No oriente, em Constantinopla, não havia uma aristocracia
tão desenvolvida como em Roma, a classe média baixa era mais forte, menos
apegada à cultura dos rolos e mais aberta à entrada dos códices, em especial de
papiro.Os formatos são diferentes, em geral mais alargados, mas também com
margens grandes.Por serem na maioria originais usados como matriz para outras
cópias, e por ser o papiro de menor resistência ao manuseio e mais vulnerável
às condições climáticas, esses códices eram rapidamente descartados.
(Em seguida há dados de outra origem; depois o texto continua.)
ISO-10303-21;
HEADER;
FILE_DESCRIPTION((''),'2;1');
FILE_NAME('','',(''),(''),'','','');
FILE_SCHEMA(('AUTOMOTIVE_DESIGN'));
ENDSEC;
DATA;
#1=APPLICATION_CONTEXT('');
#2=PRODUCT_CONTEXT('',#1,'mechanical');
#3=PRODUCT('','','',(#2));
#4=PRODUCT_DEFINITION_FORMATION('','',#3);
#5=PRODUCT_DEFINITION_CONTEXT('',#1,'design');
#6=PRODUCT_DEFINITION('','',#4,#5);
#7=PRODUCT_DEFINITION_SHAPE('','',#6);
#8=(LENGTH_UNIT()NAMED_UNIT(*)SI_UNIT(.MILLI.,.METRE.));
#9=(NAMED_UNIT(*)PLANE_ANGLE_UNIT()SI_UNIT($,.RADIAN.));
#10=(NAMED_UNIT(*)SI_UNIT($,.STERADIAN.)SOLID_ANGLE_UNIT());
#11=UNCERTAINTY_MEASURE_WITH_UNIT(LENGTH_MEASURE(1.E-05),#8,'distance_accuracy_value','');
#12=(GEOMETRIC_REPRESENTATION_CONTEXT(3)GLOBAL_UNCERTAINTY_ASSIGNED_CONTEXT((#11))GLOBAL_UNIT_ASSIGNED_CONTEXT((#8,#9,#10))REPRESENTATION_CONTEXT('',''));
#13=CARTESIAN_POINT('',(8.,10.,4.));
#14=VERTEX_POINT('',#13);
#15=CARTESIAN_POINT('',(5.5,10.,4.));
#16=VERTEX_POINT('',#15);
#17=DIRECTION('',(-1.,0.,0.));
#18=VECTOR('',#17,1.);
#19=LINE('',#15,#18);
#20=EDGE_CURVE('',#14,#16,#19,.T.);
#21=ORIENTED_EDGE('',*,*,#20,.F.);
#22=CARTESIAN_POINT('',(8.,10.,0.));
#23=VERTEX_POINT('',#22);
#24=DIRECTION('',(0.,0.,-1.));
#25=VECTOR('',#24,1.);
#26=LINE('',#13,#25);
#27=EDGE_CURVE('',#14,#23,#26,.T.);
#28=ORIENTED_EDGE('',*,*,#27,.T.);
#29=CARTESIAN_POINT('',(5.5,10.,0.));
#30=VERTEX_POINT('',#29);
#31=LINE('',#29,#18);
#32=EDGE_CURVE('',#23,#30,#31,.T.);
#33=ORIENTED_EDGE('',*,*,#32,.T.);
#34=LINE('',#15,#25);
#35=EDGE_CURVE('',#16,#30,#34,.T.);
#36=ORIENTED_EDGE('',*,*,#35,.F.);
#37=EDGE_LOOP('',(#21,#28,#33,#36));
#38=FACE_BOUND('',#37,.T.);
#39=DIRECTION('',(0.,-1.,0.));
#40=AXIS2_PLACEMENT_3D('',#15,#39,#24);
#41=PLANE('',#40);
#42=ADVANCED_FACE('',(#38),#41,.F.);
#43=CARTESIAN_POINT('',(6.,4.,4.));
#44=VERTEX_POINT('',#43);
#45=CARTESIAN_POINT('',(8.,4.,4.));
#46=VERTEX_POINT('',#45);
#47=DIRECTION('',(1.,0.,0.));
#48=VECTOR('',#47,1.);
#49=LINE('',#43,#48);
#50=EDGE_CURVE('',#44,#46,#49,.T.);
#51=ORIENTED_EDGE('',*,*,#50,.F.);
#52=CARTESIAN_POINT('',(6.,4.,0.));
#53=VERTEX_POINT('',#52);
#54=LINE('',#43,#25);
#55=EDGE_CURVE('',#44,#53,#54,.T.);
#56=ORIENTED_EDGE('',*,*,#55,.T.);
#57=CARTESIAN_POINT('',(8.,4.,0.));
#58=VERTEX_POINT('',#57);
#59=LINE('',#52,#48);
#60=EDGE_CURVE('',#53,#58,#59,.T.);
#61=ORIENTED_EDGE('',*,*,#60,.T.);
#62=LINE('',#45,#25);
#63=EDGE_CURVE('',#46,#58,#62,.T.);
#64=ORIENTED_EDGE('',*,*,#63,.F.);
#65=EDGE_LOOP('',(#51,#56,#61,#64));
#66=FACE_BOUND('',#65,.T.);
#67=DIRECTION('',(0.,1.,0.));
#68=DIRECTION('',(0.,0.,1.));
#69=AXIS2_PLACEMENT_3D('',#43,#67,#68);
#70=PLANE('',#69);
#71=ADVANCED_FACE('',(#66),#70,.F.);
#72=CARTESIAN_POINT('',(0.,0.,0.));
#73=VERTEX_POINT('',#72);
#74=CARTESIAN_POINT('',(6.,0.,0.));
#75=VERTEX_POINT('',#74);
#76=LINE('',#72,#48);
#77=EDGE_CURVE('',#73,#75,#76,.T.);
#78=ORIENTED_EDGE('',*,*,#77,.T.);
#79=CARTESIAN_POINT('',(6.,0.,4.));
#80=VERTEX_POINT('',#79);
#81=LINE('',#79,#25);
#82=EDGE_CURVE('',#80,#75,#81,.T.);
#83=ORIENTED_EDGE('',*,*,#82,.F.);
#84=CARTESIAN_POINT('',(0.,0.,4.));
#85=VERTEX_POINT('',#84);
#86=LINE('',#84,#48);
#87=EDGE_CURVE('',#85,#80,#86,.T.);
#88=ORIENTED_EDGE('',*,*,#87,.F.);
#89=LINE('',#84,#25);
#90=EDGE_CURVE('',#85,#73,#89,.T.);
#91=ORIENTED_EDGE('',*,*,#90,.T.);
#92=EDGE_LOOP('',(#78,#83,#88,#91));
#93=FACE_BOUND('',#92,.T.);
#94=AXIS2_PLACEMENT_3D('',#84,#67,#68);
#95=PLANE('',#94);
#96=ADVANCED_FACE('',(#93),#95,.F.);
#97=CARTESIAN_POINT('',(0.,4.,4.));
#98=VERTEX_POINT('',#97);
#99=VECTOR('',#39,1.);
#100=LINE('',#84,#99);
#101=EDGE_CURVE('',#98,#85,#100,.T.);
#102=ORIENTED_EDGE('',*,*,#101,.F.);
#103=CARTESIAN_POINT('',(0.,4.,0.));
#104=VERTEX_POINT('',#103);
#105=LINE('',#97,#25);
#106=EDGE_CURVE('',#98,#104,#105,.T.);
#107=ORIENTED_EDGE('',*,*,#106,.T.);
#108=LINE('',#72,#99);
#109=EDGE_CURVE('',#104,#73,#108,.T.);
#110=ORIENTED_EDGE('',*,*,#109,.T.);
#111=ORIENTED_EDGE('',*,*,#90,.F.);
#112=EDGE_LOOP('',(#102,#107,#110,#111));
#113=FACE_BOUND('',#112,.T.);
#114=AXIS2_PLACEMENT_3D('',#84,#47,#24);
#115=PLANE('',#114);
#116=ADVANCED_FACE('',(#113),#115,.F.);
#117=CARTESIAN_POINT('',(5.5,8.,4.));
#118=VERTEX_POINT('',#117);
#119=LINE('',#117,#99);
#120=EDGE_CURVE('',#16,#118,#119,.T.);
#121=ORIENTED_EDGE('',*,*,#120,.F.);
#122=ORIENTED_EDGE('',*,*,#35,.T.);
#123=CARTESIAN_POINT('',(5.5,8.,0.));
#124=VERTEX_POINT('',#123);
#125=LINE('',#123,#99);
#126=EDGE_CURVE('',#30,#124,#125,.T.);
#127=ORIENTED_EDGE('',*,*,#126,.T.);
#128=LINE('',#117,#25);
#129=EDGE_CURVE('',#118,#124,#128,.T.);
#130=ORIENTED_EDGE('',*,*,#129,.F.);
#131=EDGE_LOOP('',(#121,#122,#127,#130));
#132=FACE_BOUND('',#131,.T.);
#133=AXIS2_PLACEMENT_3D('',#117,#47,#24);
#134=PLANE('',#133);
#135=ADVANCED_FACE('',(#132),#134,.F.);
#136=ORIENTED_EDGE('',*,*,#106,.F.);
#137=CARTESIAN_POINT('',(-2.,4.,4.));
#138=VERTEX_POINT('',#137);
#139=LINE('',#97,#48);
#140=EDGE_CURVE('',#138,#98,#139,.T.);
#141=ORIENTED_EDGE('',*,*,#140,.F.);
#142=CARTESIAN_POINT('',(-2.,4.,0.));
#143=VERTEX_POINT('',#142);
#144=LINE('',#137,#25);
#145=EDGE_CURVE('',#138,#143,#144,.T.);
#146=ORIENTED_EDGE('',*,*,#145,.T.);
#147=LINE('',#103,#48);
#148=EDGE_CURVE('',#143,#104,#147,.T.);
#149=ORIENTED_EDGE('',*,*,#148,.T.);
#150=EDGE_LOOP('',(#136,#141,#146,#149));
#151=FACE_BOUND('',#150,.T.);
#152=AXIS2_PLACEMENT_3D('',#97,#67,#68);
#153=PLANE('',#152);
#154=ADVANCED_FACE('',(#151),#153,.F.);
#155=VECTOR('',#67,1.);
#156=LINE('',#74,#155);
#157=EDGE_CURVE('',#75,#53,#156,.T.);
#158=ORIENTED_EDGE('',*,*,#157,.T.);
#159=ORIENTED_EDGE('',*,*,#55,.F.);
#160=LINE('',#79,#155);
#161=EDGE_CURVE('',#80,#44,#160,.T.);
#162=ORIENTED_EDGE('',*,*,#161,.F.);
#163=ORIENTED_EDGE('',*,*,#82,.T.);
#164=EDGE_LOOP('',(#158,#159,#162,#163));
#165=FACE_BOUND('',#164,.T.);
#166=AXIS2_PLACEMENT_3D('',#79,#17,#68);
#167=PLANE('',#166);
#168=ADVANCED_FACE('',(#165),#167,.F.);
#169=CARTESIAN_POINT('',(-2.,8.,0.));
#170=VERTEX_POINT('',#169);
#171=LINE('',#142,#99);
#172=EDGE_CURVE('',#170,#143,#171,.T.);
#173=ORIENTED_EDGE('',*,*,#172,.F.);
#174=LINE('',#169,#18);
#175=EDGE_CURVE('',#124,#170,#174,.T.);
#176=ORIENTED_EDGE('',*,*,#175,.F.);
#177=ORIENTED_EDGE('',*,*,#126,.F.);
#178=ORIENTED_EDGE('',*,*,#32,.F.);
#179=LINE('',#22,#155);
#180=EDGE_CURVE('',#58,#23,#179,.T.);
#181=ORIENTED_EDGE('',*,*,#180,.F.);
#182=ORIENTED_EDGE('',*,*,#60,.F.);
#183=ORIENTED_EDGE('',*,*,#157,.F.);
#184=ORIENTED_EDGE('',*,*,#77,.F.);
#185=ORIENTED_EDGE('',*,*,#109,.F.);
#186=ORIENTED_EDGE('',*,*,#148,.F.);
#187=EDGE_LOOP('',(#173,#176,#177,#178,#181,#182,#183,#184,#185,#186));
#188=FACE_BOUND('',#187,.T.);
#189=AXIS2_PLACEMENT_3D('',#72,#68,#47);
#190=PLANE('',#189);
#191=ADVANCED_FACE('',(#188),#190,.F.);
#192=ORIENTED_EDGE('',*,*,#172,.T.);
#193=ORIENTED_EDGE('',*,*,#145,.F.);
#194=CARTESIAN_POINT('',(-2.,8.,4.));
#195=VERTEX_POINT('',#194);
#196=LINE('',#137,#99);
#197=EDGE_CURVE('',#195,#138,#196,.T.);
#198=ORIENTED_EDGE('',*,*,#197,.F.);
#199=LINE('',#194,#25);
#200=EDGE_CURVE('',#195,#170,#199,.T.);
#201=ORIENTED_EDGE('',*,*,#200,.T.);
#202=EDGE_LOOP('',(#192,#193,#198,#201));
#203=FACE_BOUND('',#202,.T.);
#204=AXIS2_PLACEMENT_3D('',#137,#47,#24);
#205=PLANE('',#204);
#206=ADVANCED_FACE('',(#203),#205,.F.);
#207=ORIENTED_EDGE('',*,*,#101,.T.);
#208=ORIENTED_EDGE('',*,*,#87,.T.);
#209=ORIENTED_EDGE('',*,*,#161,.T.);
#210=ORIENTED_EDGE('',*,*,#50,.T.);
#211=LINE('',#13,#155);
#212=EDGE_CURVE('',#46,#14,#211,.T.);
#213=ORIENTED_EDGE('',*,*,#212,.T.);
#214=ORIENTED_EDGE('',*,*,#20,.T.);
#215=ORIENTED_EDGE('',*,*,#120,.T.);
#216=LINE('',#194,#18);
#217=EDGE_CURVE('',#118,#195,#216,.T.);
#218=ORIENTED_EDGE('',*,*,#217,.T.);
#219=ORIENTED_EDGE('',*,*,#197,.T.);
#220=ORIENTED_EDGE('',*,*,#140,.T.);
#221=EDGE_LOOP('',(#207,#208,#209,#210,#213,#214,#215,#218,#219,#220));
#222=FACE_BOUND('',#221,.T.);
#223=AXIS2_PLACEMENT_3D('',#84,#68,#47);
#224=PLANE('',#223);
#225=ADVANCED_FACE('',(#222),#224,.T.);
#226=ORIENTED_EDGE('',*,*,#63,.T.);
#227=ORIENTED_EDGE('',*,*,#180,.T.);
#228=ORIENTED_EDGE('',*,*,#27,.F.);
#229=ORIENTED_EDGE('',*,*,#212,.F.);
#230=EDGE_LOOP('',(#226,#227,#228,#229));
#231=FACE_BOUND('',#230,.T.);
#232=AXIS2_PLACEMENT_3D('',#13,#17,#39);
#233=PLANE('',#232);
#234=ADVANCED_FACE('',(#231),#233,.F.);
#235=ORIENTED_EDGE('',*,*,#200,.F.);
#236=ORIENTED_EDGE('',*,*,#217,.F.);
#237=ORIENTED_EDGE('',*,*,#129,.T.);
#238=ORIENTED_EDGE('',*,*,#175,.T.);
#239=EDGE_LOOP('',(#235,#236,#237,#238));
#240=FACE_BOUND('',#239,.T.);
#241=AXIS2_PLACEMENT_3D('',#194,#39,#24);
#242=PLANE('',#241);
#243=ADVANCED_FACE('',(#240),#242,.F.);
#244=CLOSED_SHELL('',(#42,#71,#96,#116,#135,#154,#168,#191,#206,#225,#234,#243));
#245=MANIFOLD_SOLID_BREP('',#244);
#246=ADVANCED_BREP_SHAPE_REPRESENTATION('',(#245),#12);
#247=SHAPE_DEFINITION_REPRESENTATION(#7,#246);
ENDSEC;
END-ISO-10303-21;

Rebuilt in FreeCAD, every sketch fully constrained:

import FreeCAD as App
import Part
import Sketcher
Q = App.Units.Quantity


def add_polygon(sketch, points):
    """Adds a closed chain of lines whose ends are joined by coincident constraints."""
    first, n = sketch.GeometryCount, len(points)
    for a, b in zip(points, points[1:] + points[:1]):
        sketch.addGeometry(Part.LineSegment(App.Vector(*a, 0), App.Vector(*b, 0)), False)
    for i in range(n):
        sketch.addConstraint(Sketcher.Constraint("Coincident", first + i, 2, first + (i + 1) % n, 1))

doc = App.newDocument("Part")
body = doc.addObject("PartDesign::Body", "Body")

# Sketch on XY plane
sketch1 = doc.addObject("Sketcher::SketchObject", "Sketch")
body.addObject(sketch1)
sketch1.AttachmentSupport = (doc.XY_Plane, [""])
sketch1.MapMode = "FlatFace"
add_polygon(sketch1, [(0, 0), (6, 0), (6, 4), (8, 4), (8, 10), (5.5, 10), (5.5, 8), (-2, 8), (-2, 4), (0, 4)])  # lines 0-9
sketch1.addConstraint([
    Sketcher.Constraint("Horizontal", 0),
    Sketcher.Constraint("Vertical", 1),
    Sketcher.Constraint("Horizontal", 2),
    Sketcher.Constraint("Vertical", 3),
    Sketcher.Constraint("Horizontal", 4),
    Sketcher.Constraint("Vertical", 5),
    Sketcher.Constraint("Horizontal", 6),
    Sketcher.Constraint("Vertical", 7),
    Sketcher.Constraint("Horizontal", 8),
    Sketcher.Constraint("Vertical", 9),
    Sketcher.Constraint("Coincident", 9, 2, -1, 1),
    Sketcher.Constraint("Horizontal", 2, 2, 7, 2),
    Sketcher.Constraint("Equal", 2, 8),
    Sketcher.Constraint("Equal", 0, 3),
    Sketcher.Constraint("Equal", 8, 5),
    Sketcher.Constraint("Equal", 1, 7),
    Sketcher.Constraint("DistanceX", 0, 1, 0, 2, Q("6 mm")),
    Sketcher.Constraint("DistanceX", 2, 1, 2, 2, Q("2 mm")),
    Sketcher.Constraint("DistanceX", 4, 2, 4, 1, Q("2.5 mm")),
])
pad1 = doc.addObject("PartDesign::Pad", "Pad")
body.addObject(pad1)
pad1.Profile = sketch1
pad1.Length = 4

doc.recompute()
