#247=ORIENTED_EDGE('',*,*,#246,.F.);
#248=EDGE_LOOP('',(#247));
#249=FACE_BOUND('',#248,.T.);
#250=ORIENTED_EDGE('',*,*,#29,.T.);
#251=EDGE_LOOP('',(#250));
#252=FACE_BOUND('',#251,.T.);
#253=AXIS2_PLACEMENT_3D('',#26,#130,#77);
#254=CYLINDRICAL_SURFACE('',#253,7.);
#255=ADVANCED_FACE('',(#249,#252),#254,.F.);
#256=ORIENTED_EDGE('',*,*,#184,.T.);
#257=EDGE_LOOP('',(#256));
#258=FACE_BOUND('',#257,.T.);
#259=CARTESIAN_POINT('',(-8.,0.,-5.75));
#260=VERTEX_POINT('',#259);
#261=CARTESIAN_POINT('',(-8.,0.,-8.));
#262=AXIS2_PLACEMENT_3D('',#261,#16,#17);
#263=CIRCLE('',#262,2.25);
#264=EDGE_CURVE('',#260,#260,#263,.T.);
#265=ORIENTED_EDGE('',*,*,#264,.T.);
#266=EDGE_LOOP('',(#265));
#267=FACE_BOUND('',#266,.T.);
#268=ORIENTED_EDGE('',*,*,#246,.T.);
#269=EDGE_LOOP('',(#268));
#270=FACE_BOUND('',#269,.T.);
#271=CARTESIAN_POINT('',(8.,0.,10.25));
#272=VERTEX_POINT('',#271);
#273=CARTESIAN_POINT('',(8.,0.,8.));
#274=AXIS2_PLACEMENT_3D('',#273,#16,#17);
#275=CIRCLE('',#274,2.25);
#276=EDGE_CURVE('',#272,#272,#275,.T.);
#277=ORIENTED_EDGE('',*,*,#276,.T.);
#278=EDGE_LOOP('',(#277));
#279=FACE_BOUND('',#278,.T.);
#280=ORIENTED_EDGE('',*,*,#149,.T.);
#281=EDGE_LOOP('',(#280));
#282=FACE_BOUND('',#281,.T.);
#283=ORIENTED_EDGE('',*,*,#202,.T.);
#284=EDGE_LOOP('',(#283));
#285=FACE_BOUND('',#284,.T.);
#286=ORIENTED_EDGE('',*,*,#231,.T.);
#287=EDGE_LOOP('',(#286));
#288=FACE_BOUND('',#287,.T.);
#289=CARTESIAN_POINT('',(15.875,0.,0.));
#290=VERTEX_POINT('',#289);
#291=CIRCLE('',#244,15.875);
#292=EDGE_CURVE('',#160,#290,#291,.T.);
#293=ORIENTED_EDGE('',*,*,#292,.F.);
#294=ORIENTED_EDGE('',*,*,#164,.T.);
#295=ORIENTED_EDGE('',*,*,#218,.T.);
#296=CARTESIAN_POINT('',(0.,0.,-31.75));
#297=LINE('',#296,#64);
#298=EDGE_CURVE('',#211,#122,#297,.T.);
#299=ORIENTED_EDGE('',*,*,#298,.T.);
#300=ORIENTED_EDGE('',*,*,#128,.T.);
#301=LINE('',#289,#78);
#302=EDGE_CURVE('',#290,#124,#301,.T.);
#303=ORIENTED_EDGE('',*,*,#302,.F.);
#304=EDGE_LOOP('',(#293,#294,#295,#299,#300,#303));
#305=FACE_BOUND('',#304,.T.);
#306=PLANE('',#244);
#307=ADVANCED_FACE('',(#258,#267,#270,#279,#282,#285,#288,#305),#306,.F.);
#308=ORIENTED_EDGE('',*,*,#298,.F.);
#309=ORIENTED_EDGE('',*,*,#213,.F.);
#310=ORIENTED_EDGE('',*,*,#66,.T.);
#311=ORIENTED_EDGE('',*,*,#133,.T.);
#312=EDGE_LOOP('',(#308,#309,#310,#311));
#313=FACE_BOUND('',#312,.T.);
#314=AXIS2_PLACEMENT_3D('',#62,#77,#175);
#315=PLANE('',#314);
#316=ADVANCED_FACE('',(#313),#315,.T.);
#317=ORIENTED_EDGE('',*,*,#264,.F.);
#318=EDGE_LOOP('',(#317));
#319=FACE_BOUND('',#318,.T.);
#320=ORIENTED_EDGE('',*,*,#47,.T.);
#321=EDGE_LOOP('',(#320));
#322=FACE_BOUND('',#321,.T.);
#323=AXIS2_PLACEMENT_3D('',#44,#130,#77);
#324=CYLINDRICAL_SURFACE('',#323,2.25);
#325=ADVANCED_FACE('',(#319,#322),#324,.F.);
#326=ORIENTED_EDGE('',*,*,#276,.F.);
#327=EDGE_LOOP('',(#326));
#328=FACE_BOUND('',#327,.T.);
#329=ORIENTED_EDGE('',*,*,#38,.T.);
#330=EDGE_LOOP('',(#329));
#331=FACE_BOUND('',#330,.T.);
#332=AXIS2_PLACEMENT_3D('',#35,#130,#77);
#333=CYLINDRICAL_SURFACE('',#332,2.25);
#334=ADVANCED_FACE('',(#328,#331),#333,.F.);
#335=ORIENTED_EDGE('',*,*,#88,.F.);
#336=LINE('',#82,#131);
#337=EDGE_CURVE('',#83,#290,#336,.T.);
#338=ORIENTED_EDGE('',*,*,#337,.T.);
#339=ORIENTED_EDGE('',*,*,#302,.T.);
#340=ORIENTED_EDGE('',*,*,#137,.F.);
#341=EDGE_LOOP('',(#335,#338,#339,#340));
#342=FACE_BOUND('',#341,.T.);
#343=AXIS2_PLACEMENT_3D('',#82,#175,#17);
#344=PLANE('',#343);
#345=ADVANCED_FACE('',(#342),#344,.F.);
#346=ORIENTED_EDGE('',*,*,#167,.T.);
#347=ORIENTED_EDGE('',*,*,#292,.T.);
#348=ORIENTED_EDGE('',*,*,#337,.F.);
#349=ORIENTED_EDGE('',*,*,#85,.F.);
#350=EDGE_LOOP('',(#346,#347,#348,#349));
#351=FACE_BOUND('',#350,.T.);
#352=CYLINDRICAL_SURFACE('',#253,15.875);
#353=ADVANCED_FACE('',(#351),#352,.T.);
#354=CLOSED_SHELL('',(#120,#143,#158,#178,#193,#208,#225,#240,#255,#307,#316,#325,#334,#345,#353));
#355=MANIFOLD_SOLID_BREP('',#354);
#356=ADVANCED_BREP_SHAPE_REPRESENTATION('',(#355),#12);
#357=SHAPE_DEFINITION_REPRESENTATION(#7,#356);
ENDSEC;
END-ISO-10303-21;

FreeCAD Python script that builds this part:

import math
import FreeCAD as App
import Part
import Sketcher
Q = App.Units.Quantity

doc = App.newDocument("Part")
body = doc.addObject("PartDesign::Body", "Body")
.A partir do Sec IV dC , com a igreja já
institucionalizada,os códices tendem a melhorar de qualidade, pois passam a
representar uma entidade organizada oficialmente. Agora será mais comum
encontrar códices com textos de melhor qualidade e padronizados escritos sobre
pergaminho. A chegada do cristianismo às camadas mais favorecidas trará
mudanças significativas aos códices, que deixam de ser copias feitas por
membros da comunidade, passando a ser produzidos nos ateliês onde se misturam
às cópias de textos literários e profanos.Desta mistura sairão as
iluminuras,antes usadas para ilustração de livros de matemática e geometria,em
textos sacros.O formato predominante será então o quadrado voltando depois a
ser retangular, com predominância da altura duas vezes maior que a largura e
com diagramação em duas colunas. A adesão das camadas mais abastadas ao
cristianismo fará com que os códices passem a ser vistos também como objeto de
decoração,obra de arte, com encadernações de luxo, revestimento em pedras
preciosas e textos com letras ornadas em ouro e prata.Como nos diz Guglielmo,de
difusor da palavra de Deus à ostentação,ao qual se opõem São João Crisóstomo e
São Jerônimo.
A escrita uncial, mais arredondada, utilizada nos textos
bíblicos em latim, foi adotada pela igreja para padronizar um estilo que ao
mesmo tempo a identificasse e fosse de fácil leitura.Na realidade, a uncial foi
criada, posto que não era conhecida no latim ,embora tenha sua origem na maiúscula
grega .O público se diversifica, as publicações passam a ser dirigidas para os
eclesiásticos e muitas cópias passarão a ser feitas nos próprios mosteiros,
substituindo o trabalho dos ateliês. A leitura passa a ser diária, com fins
meditativos.Surgem também os livros de bolso, miniaturas com salmos, muito
usados como amuleto, em especial pelas mulheres e viajantes .
Todas essas passagens de um momento a outro do livro, são
ilustradas com referência a textos, comparações de obras de diversos autores,
tipos de textos – sacros, literários, jurídico.Um livro rico em informações e
muitíssimo agradável de se ler, embora muitas vezes tenhamos que nos certificar
de que se trata realmente da antiguidade, tal a proximidade dos problemas.E
muito nos espanta quando Guglielmo diz haver indícios de que uma tiragem de
1.000 exemplares, manuscritos, não era fato incomum para a época.